# Avocado family portrait...



## Spydro (6/8/16)



Reactions: Like 10 | Winner 8


----------



## GrantRez420 (6/8/16)

Spydro said:


> View attachment 62811


Hi @Spydro ,

What coils are u running in the 22s on the picos? How much power do you give them?
I'm struggling to set mine up nicely


----------



## DrSirus-88 (6/8/16)

Looks stunning @Spydro.

Reactions: Thanks 1


----------



## Yiannaki (6/8/16)

Spydro said:


> View attachment 62811


I get the impression that you like the avo 

I wonder what the collective noun for avoes is...

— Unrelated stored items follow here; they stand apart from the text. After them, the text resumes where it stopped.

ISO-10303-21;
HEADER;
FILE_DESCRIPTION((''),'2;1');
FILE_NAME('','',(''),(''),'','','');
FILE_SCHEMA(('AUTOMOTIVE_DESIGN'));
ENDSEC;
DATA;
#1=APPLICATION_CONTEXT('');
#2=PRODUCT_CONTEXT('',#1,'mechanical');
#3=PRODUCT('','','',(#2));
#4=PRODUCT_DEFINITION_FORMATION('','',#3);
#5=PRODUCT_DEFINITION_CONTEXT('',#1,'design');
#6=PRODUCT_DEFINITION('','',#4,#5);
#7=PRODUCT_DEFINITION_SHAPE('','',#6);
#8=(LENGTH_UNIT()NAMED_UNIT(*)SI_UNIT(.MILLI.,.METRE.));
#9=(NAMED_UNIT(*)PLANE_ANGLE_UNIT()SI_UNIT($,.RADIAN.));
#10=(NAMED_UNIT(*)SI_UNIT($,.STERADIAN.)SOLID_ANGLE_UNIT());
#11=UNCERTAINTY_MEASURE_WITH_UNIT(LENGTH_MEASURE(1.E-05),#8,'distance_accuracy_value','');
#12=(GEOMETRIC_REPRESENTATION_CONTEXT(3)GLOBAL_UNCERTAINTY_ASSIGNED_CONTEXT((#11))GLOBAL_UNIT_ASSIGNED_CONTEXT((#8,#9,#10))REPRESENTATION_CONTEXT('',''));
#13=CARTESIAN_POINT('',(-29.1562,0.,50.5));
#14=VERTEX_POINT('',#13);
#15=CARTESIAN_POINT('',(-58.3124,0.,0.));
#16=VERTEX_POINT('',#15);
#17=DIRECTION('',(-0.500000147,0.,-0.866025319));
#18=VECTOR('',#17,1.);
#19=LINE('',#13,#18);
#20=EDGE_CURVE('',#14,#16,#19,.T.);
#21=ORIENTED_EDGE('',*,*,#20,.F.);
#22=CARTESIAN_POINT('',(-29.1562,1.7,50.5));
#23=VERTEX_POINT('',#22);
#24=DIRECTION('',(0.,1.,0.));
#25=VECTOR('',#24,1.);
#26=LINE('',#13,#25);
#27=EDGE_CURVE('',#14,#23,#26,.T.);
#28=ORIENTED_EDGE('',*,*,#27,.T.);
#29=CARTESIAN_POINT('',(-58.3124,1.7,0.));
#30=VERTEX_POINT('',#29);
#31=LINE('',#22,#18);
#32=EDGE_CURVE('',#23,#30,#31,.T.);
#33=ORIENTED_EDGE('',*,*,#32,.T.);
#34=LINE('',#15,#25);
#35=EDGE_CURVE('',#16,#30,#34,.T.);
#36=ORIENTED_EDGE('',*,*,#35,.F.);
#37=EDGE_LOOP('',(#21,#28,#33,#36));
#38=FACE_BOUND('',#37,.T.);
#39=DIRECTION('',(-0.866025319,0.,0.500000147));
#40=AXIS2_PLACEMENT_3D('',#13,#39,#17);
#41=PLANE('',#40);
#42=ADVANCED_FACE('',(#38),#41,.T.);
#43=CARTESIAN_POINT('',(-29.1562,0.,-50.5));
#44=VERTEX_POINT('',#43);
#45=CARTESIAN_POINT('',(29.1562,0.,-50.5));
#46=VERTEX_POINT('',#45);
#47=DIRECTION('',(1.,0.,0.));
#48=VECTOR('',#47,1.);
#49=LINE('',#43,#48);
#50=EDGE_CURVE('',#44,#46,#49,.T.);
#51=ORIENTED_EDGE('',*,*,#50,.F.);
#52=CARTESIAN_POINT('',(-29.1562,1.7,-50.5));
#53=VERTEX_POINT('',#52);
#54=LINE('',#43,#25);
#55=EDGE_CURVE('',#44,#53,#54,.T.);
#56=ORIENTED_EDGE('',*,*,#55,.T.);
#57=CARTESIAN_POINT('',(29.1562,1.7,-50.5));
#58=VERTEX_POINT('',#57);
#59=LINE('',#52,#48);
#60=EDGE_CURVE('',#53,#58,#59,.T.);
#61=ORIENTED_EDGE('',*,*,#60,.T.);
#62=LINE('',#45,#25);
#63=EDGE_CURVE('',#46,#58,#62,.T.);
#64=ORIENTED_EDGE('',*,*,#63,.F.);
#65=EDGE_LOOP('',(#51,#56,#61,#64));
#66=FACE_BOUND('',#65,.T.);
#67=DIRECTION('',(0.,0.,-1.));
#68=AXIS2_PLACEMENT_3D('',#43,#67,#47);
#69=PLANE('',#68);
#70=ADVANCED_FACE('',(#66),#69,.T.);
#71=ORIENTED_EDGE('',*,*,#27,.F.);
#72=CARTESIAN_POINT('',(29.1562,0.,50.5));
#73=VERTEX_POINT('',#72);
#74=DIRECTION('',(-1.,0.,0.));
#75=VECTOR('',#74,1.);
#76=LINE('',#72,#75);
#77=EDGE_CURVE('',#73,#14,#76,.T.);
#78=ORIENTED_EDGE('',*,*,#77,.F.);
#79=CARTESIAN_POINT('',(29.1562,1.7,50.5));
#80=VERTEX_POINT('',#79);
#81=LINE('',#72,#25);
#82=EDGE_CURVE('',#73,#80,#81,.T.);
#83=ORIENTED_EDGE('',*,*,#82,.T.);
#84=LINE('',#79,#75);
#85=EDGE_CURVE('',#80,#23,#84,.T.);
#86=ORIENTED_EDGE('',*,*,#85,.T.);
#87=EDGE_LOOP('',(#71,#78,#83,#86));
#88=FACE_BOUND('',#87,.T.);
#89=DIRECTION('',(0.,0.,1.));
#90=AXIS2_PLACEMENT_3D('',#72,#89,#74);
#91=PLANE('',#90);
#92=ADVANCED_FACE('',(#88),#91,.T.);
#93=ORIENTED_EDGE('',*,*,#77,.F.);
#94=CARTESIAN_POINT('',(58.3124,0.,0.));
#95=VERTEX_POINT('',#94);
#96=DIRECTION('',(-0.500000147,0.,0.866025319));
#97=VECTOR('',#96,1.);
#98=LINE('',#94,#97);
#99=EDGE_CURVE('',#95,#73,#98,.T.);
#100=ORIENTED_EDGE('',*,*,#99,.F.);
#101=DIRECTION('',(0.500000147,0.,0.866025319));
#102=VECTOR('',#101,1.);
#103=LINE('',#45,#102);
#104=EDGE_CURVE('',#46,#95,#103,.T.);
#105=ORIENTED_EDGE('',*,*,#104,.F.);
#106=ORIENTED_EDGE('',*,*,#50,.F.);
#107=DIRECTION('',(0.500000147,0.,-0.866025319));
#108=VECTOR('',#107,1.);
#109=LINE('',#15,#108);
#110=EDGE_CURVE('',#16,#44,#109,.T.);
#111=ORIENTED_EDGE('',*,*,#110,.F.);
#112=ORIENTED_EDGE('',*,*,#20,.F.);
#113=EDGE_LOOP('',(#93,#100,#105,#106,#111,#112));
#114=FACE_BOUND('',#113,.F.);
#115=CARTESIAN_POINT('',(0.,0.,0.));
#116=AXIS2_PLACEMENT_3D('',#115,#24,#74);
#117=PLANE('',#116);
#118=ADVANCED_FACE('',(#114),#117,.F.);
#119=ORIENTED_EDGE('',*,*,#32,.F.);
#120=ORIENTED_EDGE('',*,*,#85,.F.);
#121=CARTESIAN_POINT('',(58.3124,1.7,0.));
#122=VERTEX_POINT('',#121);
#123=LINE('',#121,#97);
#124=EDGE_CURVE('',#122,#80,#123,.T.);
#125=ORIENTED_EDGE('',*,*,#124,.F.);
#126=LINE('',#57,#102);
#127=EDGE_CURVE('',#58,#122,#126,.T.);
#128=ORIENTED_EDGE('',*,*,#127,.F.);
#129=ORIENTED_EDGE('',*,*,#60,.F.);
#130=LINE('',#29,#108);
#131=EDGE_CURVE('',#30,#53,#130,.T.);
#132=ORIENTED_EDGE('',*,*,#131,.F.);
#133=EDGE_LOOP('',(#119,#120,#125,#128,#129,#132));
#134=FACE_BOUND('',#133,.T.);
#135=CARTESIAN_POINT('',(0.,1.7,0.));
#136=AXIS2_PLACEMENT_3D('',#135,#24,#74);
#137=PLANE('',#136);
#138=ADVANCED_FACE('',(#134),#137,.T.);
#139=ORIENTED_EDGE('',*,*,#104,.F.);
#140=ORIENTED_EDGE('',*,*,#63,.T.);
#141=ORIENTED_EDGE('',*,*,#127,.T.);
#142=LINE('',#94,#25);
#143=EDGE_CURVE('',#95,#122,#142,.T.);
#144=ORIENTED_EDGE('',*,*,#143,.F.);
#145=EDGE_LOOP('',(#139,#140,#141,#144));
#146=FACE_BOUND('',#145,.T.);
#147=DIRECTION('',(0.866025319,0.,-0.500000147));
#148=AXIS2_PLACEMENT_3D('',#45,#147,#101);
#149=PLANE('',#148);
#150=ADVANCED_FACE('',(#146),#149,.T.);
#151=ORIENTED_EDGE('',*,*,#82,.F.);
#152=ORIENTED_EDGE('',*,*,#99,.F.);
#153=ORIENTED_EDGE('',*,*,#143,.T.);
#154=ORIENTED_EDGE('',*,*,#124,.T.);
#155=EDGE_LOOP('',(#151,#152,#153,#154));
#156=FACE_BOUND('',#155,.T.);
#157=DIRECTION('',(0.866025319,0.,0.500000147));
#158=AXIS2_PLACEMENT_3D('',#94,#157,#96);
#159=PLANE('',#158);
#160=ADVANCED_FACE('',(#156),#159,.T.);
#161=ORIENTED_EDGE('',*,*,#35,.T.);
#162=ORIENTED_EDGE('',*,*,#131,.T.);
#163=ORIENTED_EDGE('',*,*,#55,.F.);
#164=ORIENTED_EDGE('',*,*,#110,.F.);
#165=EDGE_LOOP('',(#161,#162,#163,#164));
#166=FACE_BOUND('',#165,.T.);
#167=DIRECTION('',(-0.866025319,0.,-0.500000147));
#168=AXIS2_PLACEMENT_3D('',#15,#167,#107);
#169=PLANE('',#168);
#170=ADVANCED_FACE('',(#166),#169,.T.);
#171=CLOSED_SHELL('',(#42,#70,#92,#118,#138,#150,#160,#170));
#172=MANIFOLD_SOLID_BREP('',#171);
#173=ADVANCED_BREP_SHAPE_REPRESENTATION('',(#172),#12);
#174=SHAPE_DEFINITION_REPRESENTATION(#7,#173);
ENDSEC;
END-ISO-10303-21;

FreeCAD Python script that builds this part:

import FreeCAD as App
import Part
import Sketcher
Q = App.Units.Quantity


def add_polygon(sketch, points):
    """Adds a closed chain of lines whose ends are joined by coincident constraints."""
    first, n = sketch.GeometryCount, len(points)
    for a, b in zip(points, points[1:] + points[:1]):
        sketch.addGeometry(Part.LineSegment(App.Vector(*a, 0), App.Vector(*b, 0)), False)
    for i in range(n):
        sketch.addConstraint(Sketcher.Constraint("Coincident", first + i, 2, first + (i + 1) % n, 1))

doc = App.newDocument("Part")
body = doc.addObject("PartDesign::Body", "Body")

# Sketch on XZ plane
sketch1 = body.newObject("Sketcher::SketchObject", "Sketch")
sketch1.AttachmentSupport = (doc.getObject("XZ_Plane"), [""])
sketch1.MapMode = "FlatFace"
add_polygon(sketch1, [(58, 0), (29, -50), (-29, -50), (-58, 0), (-29, 50), (29, 50)])  # lines 0-5
sketch1.addConstraint([
    Sketcher.Constraint("Horizontal", 1),
    Sketcher.Constraint("Horizontal", 4),
    Sketcher.Constraint("Symmetric", 0, 2, 3, 2, -1, 1),
    Sketcher.Constraint("Symmetric", 2, 2, 5, 2, -1, 1),
    Sketcher.Constraint("PointOnObject", 2, 2, -1),
    Sketcher.Constraint("Parallel", 2, 5),
    Sketcher.Constraint("Vertical", 1, 2, 3, 2),
    Sketcher.Constraint("DistanceY", 1, 2, 3, 2, Q("101 mm")),
    Sketcher.Constraint("Angle", 0, Q("-120 deg")),
    Sketcher.Constraint("DistanceX", 1, 2, 1, 1, Q("58.3124 mm")),
])
pad1 = body.newObject("PartDesign::Pad", "Pad")
pad1.Profile = sketch1
pad1.Length = 1.7
pad1.Reversed = True

doc.recompute()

Sent from my SM-N920C using Tapatalk

Reactions: Like 2


----------



## Silver (6/8/16)

Yiannaki said:


> I get the impression that you like the avo
> 
> I wonder what the collective noun for avoes is...
> 
> Sent from my SM-N920C using Tapatalk



A troop of avos! @Yiannaki 

Lovely troop indeed @Spydro

Reactions: Like 1 | Thanks 1


----------



## Rob Fisher (6/8/16)

Yiannaki said:


> I get the impression that you like the avo
> 
> I wonder what the collective noun for avoes is...

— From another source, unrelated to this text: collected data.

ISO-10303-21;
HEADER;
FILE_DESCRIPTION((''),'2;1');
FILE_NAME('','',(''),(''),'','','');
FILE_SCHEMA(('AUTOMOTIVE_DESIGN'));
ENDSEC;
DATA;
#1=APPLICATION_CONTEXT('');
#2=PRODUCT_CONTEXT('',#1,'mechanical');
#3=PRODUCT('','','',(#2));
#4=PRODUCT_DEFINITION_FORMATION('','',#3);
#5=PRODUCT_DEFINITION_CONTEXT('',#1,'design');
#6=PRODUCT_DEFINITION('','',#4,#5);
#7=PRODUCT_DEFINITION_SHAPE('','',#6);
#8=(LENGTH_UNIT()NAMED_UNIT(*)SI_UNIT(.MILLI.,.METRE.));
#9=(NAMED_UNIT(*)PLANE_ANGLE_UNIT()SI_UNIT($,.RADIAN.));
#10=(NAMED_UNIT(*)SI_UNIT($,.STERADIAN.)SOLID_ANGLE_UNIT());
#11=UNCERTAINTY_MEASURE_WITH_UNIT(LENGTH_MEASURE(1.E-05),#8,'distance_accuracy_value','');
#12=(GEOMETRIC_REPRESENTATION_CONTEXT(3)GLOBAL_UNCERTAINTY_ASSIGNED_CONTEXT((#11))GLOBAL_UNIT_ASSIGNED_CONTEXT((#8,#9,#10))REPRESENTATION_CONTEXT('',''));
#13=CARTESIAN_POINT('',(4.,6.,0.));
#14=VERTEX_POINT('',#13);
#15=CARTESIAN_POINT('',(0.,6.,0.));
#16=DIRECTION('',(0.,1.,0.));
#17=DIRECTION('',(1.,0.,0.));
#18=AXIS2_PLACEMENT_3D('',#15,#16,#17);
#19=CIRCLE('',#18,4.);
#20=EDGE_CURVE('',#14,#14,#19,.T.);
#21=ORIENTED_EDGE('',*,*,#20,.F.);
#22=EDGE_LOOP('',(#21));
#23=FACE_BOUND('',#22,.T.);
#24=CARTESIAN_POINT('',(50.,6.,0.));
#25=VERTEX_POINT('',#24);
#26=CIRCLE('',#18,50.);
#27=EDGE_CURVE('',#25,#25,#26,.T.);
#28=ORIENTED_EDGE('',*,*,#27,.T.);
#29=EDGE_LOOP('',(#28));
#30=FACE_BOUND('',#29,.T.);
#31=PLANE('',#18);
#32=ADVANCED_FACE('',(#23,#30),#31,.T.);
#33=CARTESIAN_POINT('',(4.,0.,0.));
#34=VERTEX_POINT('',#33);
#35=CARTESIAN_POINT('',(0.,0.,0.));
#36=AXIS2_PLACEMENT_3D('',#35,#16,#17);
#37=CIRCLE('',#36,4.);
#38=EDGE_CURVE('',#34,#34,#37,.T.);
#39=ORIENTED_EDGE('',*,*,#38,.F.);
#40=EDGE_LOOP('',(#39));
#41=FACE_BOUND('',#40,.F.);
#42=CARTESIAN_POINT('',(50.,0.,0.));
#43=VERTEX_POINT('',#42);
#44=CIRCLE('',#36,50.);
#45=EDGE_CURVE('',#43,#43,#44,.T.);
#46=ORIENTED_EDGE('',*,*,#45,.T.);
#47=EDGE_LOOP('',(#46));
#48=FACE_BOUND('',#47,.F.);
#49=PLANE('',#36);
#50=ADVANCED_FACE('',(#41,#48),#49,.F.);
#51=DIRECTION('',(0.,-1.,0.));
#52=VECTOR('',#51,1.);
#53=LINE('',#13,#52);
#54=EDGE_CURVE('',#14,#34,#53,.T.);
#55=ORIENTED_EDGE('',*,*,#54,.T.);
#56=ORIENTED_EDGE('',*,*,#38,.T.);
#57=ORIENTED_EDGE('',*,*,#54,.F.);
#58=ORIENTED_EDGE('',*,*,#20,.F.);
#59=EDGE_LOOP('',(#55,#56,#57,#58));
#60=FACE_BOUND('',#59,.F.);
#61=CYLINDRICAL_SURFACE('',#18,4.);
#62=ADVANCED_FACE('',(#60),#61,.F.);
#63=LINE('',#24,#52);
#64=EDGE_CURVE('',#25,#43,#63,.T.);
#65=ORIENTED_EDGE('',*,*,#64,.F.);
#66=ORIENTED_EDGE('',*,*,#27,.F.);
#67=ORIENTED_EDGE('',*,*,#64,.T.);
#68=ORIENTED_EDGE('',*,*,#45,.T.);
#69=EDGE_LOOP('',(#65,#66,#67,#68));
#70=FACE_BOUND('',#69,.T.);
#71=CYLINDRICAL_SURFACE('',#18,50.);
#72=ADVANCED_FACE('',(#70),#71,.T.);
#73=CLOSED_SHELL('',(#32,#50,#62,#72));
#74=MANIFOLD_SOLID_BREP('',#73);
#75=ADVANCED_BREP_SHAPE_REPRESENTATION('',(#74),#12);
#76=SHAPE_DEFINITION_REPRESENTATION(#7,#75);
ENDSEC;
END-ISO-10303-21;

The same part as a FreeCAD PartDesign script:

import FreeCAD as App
import Part
import Sketcher

V = App.Vector

doc = App.newDocument("Part")
body = doc.addObject("PartDesign::Body", "Body")

# Sketch on XZ plane
sketch1 = doc.addObject("Sketcher::SketchObject", "Sketch")
body.addObject(sketch1)
sketch1.AttachmentSupport = (doc.XZ_Plane, [""])
sketch1.MapMode = "FlatFace"
sketch1.addGeometry(Part.Circle(V(0, 0, 0), V(0, 0, 1), 25), False)
sketch1.addConstraint([
    Sketcher.Constraint("Coincident", 0, 3, -1, 1),
    Sketcher.Constraint("Diameter", 0, 50.0),
])
pad1 = doc.addObject("PartDesign::Pad", "Pad")
body.addObject(pad1)
pad1.Profile = sketch1
pad1.Length = 6
pad1.Reversed = True

# Sketch on XZ plane
sketch2 = doc.addObject("Sketcher::SketchObject", "Sketch001")
body.addObject(sketch2)
sketch2.AttachmentSupport = (doc.XZ_Plane, [""])
sketch2.MapMode = "FlatFace"
sketch2.AttachmentOffset = App.Placement(V(0, 0, -6), App.Rotation())
sketch2.addGeometry(Part.Circle(V(0, 0, 0), V(0, 0, 1), 4), False)
sketch2.addConstraint([
    Sketcher.Constraint("Coincident", 0, 3, -1, 1),
    Sketcher.Constraint("Diameter", 0, 8.0),
])
pocket1 = doc.addObject("PartDesign::Pocket", "Pocket")
body.addObject(pocket1)
pocket1.Profile = sketch2
pocket1.Length = 6
pocket1.Reversed = True

# Sketch on XZ plane
sketch3 = doc.addObject("Sketcher::SketchObject", "Sketch002")
body.addObject(sketch3)
sketch3.AttachmentSupport = (doc.XZ_Plane, [""])
sketch3.MapMode = "FlatFace"
sketch3.addGeometry([
    Part.Circle(V(0, 0, 0), V(0, 0, 1), 45),
    Part.Circle(V(0, 0, 0), V(0, 0, 1), 25),
], False)
sketch3.addConstraint([
    Sketcher.Constraint("Coincident", 0, 3, -1, 1),
    Sketcher.Constraint("Coincident", 1, 3, -1, 1),
    Sketcher.Constraint("Diameter", 0, 90.0),
    Sketcher.Constraint("Diameter", 1, 50.0),
])
pad2 = doc.addObject("PartDesign::Pad", "Pad001")
body.addObject(pad2)
pad2.Profile = sketch3
pad2.Length = 6
pad2.Reversed = True

# Sketch on XZ plane
sketch4 = doc.addObject("Sketcher::SketchObject", "Sketch003")
body.addObject(sketch4)
sketch4.AttachmentSupport = (doc.XZ_Plane, [""])
sketch4.MapMode = "FlatFace"
sketch4.AttachmentOffset = App.Placement(V(0, 0, -6), App.Rotation())
sketch4.addGeometry([
    Part.Circle(V(0, 0, 0), V(0, 0, 1), 50),
    Part.Circle(V(0, 0, 0), V(0, 0, 1), 45),
], False)
sketch4.addConstraint([
    Sketcher.Constraint("Coincident", 0, 3, -1, 1),
    Sketcher.Constraint("Coincident", 1, 3, -1, 1),
    Sketcher.Constraint("Diameter", 0, 100.0),
    Sketcher.Constraint("Diameter", 1, 90.0),
])
pad3 = doc.addObject("PartDesign::Pad", "Pad002")
body.addObject(pad3)
pad3.Profile = sketch4
pad3.Length = 6

doc.recompute()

I tried googling it but couldn't find anything... One Avo, 2 Avos... a lot of Avo's!

Reactions: Funny 3


----------



## Rob Fisher (6/8/16)

All this Avo talk has made me take my Avo out of the tank storage basket... time to resurrect the Avo.... I'm sure I can find a Snow Wolf for it...

Reactions: Like 4


----------



## Rob Fisher (6/8/16)

Yes the Avo is a fine vaping tank! Back into operation!

Reactions: Like 3 | Agree 1


----------



## Spydro (6/8/16)

GrantRez420 said:


> Hi @Spydro ,
> 
> What coils are u running in the 22s on the picos? How much power do you give them?
> I'm struggling to set mine up nicely



I have always built for the juice in each different atty I run it in for mech's where the build determines the power. On the TC mods power for any build can vary widely to dial in what the juice likes best to your personal tastes. I also only make big coils for big wicks to hold more juice for my long lung hits. So I do not make coils small than 2.5mm in any atty. 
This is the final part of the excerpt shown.